Hi Light,
Coming around to take a peek at your first chapter ...
Style/Voice: This came up in the LP earlier discussion of Suzanne Collins' The Hunger Games -- however, I'm not sure if you followed the discussion. Collins' book is written in first person present tense. Some people were mixed as to whether or not that works; however, the general consensus is that third person present tense nearly never works.
Why not?
First person, present tense brings an immediacy between the reader and the characters -- not only do we get it directly from their heads, we get it as it occurs. The reason present tense works with first person is that the POV and the verb immediacy serve a purpose; therefore, the deviation from the norm is not simply distracting, but rather stylistic. What you want to avoid, however, is a present tense, third person omniscient -- because in that case, the sudden switches between POVs will simply be compounded and blurred by the present tense. Take, for example, this statement:
As they come into the room, they are too busy running to notice the upright line glowing softly in a corner.
If they are too busy running to notice, then WHO is noticing? A random narrator floating in space? If we're from the POV of these two small children, and they didn't notice the line, then we shouldn't, either. You need to choose a POV to stick with, and stick with it, because without POV consistency, the characters remain distant -- I didn't feel an emotional connection to any of them. This problem is simply compounded by the present tense, which highlights the POV discrepancies.
Just remember that with third person, the narrative distance has been already established, making the present tense frankly unnecessary. In this piece, I don't really see how the present tense serves any purpose at all, except to trip you up grammatically.
And here's the thing -- if you know you have issues with tense and grammar, it's best to first master the "basic" third person, past tense form before experimenting with others.
Characterization: This quibbling might better fit in the "Voice/Style" section, but I will include it under this subheading: dialogue.
The dialogue in this piece is stilted and unnecessarily formal. Take, for example, this line:
“Well, I am I'm scared you are going to you'll break something again. There's plenty is lots of room outside of the house, and there's no reason why you shouldn't be in the yard. It is cold only in the Kappa plane today Everywhere's warm except the Kappa plane.”
Or this:
“You lost the bag, Danny.”
“No, George, I did it on purpose to slow you down.”
Real small children would never talk like this. Consider this instead:
"Danny, you dropped your bag!"
"No!" Danny wheeled around. "You fell for it."
George frowned, confused. "What do you --"
Danny smirked. "I gotta explain everything to you." He adopted a mocking voice. "I dropped it, Georgie, on purpose. To slow you down." He popped back into Kappa, and George bit his lip, irritated at his brother. However, he followed a moment later.
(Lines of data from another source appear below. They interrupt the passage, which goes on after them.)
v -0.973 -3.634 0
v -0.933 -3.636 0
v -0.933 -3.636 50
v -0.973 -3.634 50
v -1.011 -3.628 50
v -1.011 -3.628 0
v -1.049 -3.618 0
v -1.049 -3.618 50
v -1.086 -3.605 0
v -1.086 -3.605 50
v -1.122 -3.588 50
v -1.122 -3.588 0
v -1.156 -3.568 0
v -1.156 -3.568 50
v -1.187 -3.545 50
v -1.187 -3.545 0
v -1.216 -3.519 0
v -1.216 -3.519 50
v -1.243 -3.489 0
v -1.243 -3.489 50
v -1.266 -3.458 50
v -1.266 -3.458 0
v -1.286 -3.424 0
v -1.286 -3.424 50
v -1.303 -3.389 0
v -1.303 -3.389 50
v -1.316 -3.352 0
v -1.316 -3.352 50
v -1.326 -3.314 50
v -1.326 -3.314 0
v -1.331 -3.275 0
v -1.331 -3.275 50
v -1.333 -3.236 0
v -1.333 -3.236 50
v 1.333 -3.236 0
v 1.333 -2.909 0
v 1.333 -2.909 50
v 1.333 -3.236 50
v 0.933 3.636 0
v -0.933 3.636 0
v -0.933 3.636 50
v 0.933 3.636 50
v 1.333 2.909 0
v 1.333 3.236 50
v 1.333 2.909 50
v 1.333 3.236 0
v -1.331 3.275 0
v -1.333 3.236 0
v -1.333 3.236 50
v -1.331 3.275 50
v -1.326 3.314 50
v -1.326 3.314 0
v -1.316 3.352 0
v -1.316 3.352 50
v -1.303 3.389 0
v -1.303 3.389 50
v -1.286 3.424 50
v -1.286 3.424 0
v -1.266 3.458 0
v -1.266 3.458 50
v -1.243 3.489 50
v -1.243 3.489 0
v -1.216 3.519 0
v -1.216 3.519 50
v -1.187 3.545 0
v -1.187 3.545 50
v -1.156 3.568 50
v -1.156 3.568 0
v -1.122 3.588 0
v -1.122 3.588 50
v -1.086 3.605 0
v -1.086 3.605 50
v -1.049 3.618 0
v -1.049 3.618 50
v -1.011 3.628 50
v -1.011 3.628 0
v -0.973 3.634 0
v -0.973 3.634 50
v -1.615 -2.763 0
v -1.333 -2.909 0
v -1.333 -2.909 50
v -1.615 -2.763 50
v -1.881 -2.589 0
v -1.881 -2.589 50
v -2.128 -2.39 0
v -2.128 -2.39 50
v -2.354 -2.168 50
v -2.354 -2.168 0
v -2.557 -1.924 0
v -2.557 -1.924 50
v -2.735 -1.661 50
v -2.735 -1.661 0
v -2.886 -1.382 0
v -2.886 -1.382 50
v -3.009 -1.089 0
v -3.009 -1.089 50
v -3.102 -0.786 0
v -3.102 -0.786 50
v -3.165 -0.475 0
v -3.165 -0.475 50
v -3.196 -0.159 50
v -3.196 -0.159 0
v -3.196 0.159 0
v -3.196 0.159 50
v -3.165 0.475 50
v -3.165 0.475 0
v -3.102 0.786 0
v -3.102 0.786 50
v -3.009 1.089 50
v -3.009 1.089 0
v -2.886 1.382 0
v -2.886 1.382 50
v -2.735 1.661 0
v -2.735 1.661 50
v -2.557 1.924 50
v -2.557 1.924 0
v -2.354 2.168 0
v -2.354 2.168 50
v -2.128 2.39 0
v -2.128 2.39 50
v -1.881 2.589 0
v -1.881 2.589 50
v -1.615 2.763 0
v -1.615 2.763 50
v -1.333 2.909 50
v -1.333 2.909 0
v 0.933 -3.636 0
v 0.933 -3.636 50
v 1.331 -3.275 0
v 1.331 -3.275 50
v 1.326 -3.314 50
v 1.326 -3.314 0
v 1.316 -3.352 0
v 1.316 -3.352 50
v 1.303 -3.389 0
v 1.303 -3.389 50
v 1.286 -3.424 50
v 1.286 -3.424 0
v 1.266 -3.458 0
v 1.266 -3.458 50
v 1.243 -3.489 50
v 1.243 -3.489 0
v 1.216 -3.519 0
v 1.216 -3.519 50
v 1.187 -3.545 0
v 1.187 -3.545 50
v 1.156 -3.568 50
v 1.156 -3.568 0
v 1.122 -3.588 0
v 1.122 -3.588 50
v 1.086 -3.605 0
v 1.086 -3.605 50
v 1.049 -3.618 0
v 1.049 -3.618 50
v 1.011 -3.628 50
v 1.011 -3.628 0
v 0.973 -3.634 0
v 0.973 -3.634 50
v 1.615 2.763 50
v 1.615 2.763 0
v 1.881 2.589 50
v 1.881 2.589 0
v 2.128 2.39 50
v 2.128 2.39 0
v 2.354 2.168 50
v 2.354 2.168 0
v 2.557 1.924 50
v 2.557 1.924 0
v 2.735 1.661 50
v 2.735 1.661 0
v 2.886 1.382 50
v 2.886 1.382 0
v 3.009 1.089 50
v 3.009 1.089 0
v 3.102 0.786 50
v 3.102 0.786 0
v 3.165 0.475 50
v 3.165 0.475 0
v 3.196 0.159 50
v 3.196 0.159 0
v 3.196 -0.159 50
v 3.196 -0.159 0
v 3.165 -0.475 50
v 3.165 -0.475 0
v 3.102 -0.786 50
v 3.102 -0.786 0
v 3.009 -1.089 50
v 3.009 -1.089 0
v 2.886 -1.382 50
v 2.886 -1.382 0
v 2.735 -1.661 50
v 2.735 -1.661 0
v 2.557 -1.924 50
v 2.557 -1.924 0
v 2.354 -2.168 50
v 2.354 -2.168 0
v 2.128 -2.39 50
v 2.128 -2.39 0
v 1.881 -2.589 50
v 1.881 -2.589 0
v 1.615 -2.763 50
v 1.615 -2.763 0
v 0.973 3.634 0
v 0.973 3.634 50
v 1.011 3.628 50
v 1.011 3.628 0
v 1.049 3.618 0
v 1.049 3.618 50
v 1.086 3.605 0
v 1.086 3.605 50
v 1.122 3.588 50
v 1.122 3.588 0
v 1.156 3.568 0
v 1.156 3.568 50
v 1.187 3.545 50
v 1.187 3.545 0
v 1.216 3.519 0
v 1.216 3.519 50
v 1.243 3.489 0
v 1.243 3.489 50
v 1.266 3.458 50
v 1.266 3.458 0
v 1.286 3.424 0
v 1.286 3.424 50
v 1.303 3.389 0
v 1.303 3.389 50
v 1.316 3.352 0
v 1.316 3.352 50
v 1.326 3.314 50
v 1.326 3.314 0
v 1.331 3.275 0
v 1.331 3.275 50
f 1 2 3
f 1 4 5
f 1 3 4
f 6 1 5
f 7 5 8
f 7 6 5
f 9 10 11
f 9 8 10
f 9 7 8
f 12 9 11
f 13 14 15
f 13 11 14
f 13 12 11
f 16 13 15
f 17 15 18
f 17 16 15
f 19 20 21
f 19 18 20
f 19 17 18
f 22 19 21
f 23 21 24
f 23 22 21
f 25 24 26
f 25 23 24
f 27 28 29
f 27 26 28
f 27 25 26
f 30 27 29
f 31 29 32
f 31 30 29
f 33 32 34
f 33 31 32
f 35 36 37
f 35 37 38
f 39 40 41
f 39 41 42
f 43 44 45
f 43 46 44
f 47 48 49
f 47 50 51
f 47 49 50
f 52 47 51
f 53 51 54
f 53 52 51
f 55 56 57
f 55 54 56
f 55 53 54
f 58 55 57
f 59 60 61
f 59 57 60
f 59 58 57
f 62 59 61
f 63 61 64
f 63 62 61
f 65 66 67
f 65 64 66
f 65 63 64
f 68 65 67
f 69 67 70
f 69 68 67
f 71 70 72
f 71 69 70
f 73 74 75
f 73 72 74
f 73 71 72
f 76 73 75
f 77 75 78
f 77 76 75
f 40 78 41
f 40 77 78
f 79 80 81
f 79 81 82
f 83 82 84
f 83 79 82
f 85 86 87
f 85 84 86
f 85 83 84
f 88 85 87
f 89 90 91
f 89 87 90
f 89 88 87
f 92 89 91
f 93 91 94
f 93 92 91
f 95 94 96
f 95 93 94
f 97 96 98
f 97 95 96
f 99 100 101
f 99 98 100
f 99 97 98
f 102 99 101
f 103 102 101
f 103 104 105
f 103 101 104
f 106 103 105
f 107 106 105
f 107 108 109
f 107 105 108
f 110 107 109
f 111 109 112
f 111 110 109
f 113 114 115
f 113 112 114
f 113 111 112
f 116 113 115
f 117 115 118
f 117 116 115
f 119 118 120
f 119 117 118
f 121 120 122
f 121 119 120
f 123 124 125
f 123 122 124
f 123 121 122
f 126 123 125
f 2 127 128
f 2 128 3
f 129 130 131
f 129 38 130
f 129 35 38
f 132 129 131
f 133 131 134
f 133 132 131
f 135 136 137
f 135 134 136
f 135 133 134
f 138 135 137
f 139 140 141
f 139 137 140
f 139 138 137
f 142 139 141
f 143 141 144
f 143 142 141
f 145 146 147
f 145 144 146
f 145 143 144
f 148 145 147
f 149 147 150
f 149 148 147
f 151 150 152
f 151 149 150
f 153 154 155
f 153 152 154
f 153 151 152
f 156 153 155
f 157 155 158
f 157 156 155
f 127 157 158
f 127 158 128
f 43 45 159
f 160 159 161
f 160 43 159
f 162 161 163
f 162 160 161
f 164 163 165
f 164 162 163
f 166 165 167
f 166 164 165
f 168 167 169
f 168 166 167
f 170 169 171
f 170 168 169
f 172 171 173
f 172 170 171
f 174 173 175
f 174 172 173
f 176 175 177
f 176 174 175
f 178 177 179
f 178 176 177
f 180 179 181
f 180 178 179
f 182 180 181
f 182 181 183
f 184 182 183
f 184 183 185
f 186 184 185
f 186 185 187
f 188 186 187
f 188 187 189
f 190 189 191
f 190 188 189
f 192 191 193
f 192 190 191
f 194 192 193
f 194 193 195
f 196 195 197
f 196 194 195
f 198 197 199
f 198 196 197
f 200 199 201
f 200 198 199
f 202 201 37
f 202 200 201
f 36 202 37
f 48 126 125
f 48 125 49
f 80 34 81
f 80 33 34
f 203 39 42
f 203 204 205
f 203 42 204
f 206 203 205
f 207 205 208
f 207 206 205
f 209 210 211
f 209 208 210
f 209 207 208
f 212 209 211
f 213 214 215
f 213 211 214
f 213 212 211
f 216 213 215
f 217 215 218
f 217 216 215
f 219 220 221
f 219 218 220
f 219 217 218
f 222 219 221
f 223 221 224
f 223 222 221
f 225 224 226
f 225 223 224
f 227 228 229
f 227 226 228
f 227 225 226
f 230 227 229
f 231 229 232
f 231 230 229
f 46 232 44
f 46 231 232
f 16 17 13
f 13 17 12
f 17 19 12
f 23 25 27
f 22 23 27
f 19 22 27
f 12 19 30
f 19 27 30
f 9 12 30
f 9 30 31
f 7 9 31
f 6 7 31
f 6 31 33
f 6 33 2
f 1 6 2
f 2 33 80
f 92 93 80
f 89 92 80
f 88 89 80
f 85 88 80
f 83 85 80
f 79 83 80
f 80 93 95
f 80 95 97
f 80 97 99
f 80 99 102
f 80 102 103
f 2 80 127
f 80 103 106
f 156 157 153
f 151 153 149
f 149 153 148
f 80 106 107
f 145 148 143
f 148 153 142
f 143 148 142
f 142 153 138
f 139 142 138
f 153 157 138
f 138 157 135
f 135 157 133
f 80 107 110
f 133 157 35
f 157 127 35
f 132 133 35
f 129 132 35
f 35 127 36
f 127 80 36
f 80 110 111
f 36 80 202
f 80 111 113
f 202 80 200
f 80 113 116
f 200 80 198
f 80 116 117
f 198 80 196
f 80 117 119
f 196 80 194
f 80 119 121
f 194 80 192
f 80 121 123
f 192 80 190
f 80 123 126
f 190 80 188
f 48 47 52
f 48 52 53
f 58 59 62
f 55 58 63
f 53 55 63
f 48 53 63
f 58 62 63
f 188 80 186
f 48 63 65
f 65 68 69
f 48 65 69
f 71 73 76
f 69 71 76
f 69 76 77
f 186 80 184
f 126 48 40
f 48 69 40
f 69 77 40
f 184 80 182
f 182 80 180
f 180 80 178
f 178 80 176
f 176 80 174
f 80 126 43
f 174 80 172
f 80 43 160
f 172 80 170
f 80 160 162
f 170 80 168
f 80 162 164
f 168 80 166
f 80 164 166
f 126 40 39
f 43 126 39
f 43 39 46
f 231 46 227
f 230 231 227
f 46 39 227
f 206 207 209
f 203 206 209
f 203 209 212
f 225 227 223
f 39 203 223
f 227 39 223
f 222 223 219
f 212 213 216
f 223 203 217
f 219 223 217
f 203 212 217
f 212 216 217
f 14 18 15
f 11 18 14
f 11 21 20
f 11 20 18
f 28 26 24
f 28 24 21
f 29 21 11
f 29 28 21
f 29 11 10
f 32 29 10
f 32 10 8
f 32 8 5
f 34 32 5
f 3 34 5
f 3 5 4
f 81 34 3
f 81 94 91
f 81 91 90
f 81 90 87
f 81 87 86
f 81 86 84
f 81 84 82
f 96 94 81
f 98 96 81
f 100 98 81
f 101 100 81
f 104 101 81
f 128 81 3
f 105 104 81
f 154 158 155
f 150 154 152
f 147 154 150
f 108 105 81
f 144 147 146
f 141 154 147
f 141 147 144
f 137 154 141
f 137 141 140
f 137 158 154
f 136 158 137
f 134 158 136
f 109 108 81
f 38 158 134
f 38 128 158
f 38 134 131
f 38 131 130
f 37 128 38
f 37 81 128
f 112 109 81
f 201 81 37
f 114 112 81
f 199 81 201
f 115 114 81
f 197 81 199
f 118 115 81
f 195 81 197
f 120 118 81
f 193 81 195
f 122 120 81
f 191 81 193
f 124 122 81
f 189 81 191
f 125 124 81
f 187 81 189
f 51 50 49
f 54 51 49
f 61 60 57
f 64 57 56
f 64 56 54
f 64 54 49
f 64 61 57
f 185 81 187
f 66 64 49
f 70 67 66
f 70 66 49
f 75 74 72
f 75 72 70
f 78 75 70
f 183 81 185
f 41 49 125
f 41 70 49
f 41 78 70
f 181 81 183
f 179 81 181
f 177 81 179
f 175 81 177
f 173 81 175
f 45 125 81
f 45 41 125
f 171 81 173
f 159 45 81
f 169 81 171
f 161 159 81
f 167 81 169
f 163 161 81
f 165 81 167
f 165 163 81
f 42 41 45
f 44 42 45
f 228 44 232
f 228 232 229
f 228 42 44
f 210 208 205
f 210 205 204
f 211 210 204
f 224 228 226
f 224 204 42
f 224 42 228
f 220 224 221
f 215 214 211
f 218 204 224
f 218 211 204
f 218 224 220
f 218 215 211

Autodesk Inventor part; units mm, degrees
ref_plane "YZ Plane" through (0, 0, 0) normal (1, 0, 0) x (0, 1, 0)
ref_plane "XZ Plane" through (0, 0, 0) normal (0, 1, 0) x (-1, 0, 0)
ref_plane "XY Plane" through (0, 0, 0) normal (0, 0, 1) x (1, 0, 0)
sketch "Sketch1" plane through (0, 0, 0) normal (0, 0, 1) x (1, 0, 0)
  circle A0 centre (0, 0) radius 3.2
  line L0 (0.9333, -3.6357) -> (-0.9333, -3.6357)
  line L1 (-1.3333, -3.2357) -> (-1.3333, 3.2357)
  line L2 (-0.9333, 3.6357) -> (0.9333, 3.6357)
  line L3 (1.3333, 3.2357) -> (1.3333, -3.2357)
  line L4 (1.3333, -3.6357) -> (-1.3333, 3.6357) construction
  line L5 (-1.3333, -3.6357) -> (1.3333, 3.6357) construction
  arc A1 (-0.9333, 3.6357) -> (-1.3333, 3.2357) centre (-0.9333, 3.2357) ccw
  arc A2 (1.3333, 3.2357) -> (0.9333, 3.6357) centre (0.9333, 3.2357) ccw
  arc A3 (0.9333, -3.6357) -> (1.3333, -3.2357) centre (0.9333, -3.2357) ccw
  arc A4 (-1.3333, -3.2357) -> (-0.9333, -3.6357) centre (-0.9333, -3.2357) ccw
  point P0 (-1.3333, 2.909)
  point P1 (-1.3333, -2.909)
  point P2 (1.3333, -2.909)
  point P3 (1.3333, 2.909)
  point P4 (-0.9416, 2.2076)
  point P5 (-0.9416, -2.2076)
  point P6 (0.9416, -2.2076)
  point P7 (0.9416, 2.2076)
  dimension "d0" = 6.4
  dimension "d1" = 2.6667
  dimension "d2" = 7.2714
  dimension "d3" = 0.4
extrude "Extrusion1" add sketch "Sketch1" along normal blind 50
equation "\"d0\" = D_axel - d_toleransAxel"
equation "\"d3\" = r_filletAxel"
equation "\"d4\" = h_axel"
equation "\"D_axel\" = D_axel_1_2_3"
equation "\"d_axelRing\" = d_axelRing_1_2_3"
equation "\"r_filletAxel\" = r_filletAxel_1_2_3"
equation "\"d_toleransAxel\" = 0.6"
equation "\"h_axel\" = 50"
equation "\"D_axel_1_2_3\" = 7"
equation "\"d_axelRing_1_2_3\" = 3"
equation "\"r_filletAxel_1_2_3\" = 0.4"
properties part number "Axel_parametriserad_03"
Because your dialogue is so stilted and colorless, you lose two important facets of narrative:
1. The opportunity to use dialogue to color characters and to bring them to life, thereby creating characters the reader will actually care about, and
2. The opportunity to use dialogue as setting, i.e. using dialect and other distinctions in dialogue in order to show us things like socioeconomic status, fantasy v. science fiction worlds, futuristic v. historical settings, etc.
As it is now, I had a really hard time telling Danny and George apart; I know one is younger and more dominant (not "dominate," by the way), but the way they talk and, more importantly, the way their point of view should color their perceptions are 100% the same. Everyone perceives the world in the same way; there are no distinctions in reaction; the story reads flat and colorless. Work on injecting some life into the story, piece by piece. Remember, this is fiction, not an instruction manual.
Okay, so now to go into specifics on how to improve:
1. Change this piece into past tense. The present tense is really detracting.
2. Work on the dialogue. Dialogue does NOT have to be 100% grammatically correct. Work on "hearing" the way people REALLY talk -- and since the vast majority of this chapter is dialogue, you want to work on injecting life into it. How to inject life? I hope that my examples help, but remember, contractions are your friends, especially when family members talk to each other (I'm v. I am). Instead of having straight dialogue for, oh, half the chapter, break the dialogue up with character actions -- tucking hair behind an ear, shifting uncomfortably, scratching a scab, etc.
3. Work on reducing wordiness. Wordiness sounds stilted and awkward; it prevents your writing from sounding natural. These will be little changes. However, they are 100% crucial in improving your craft. Take, for example:
Julie bends down to pick up some knick-knacks that have been knocked off onto the floor and hears the familiar sound of her two playful sons, Danny and George, approachingchildren getting closer.
Okay, so I added in a few words -- but that was because there's no reason NOT to have more specific information in that sentence about the children; it cuts down on wordiness later. (Like when you say "her son Danny.")
You have good ideas, and frankly, I can't really comment on the science aspects about the story. The most I can do is shake my finger at you about the craft -- that is, the way you write and shape the narrative. Take a hard, long look at this story; remember again that you're working to mimic the flows of real life, even within the machine of the story.
Hope this helps -- let me know if you have any further questions.